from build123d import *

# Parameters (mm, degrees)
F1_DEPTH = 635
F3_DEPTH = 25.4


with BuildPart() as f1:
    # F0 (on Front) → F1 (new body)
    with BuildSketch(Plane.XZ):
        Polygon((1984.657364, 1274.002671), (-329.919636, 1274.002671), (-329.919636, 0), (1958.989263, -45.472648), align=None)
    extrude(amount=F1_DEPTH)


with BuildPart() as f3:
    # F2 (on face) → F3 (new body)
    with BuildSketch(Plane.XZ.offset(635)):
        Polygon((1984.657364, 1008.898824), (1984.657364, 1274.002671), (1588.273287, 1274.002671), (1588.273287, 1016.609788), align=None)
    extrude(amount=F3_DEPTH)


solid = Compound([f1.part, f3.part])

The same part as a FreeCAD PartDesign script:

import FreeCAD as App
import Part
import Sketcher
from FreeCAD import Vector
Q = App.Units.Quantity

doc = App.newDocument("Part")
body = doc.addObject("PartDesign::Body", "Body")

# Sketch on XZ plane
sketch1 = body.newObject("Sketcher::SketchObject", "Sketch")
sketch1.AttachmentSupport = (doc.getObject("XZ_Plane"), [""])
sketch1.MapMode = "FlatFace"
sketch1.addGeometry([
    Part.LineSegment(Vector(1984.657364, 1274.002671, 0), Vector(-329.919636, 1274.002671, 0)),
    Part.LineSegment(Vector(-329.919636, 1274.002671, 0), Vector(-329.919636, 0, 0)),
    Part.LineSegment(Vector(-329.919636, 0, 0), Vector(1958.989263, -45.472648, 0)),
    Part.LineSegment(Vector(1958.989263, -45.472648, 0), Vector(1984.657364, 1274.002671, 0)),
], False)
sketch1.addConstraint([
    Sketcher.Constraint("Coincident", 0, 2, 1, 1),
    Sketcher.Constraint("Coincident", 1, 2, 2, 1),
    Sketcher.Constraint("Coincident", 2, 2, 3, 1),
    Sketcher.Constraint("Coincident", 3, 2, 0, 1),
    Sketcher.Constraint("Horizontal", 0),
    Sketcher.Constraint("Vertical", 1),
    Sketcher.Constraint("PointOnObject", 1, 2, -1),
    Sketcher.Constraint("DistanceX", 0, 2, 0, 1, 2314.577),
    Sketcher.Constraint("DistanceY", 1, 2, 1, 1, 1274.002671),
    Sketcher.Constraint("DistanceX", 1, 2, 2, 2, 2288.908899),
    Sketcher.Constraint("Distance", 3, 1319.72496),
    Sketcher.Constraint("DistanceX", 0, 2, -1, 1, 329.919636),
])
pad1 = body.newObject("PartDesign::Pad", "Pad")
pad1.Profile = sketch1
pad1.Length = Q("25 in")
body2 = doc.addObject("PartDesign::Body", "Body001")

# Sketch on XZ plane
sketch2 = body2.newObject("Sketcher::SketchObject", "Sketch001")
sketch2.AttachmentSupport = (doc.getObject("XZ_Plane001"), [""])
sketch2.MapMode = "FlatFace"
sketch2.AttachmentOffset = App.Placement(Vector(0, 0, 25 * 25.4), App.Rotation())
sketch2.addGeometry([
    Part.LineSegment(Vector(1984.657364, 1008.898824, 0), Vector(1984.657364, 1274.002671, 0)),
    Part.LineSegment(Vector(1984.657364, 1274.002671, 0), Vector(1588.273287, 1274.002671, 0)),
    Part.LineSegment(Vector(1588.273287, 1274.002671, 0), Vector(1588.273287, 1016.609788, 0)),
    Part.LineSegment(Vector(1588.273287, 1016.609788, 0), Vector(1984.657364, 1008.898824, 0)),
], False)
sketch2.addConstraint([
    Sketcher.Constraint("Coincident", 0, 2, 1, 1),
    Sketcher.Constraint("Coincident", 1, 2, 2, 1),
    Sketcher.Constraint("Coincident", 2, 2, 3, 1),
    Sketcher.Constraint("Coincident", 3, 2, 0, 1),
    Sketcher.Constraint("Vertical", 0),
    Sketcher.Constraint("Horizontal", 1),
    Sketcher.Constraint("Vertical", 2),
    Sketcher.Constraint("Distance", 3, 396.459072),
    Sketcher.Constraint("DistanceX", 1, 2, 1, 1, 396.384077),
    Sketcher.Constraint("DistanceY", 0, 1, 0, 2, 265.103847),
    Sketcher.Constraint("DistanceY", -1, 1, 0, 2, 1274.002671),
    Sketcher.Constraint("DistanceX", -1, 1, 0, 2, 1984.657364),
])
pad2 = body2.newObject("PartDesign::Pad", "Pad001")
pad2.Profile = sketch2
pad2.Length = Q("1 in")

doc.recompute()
# # # # #
• **Activity**:
Go through the records and copy each line with "BuildPart" in it.

• **Result of this task**:
with BuildPart() as f1:
with BuildPart() as f3:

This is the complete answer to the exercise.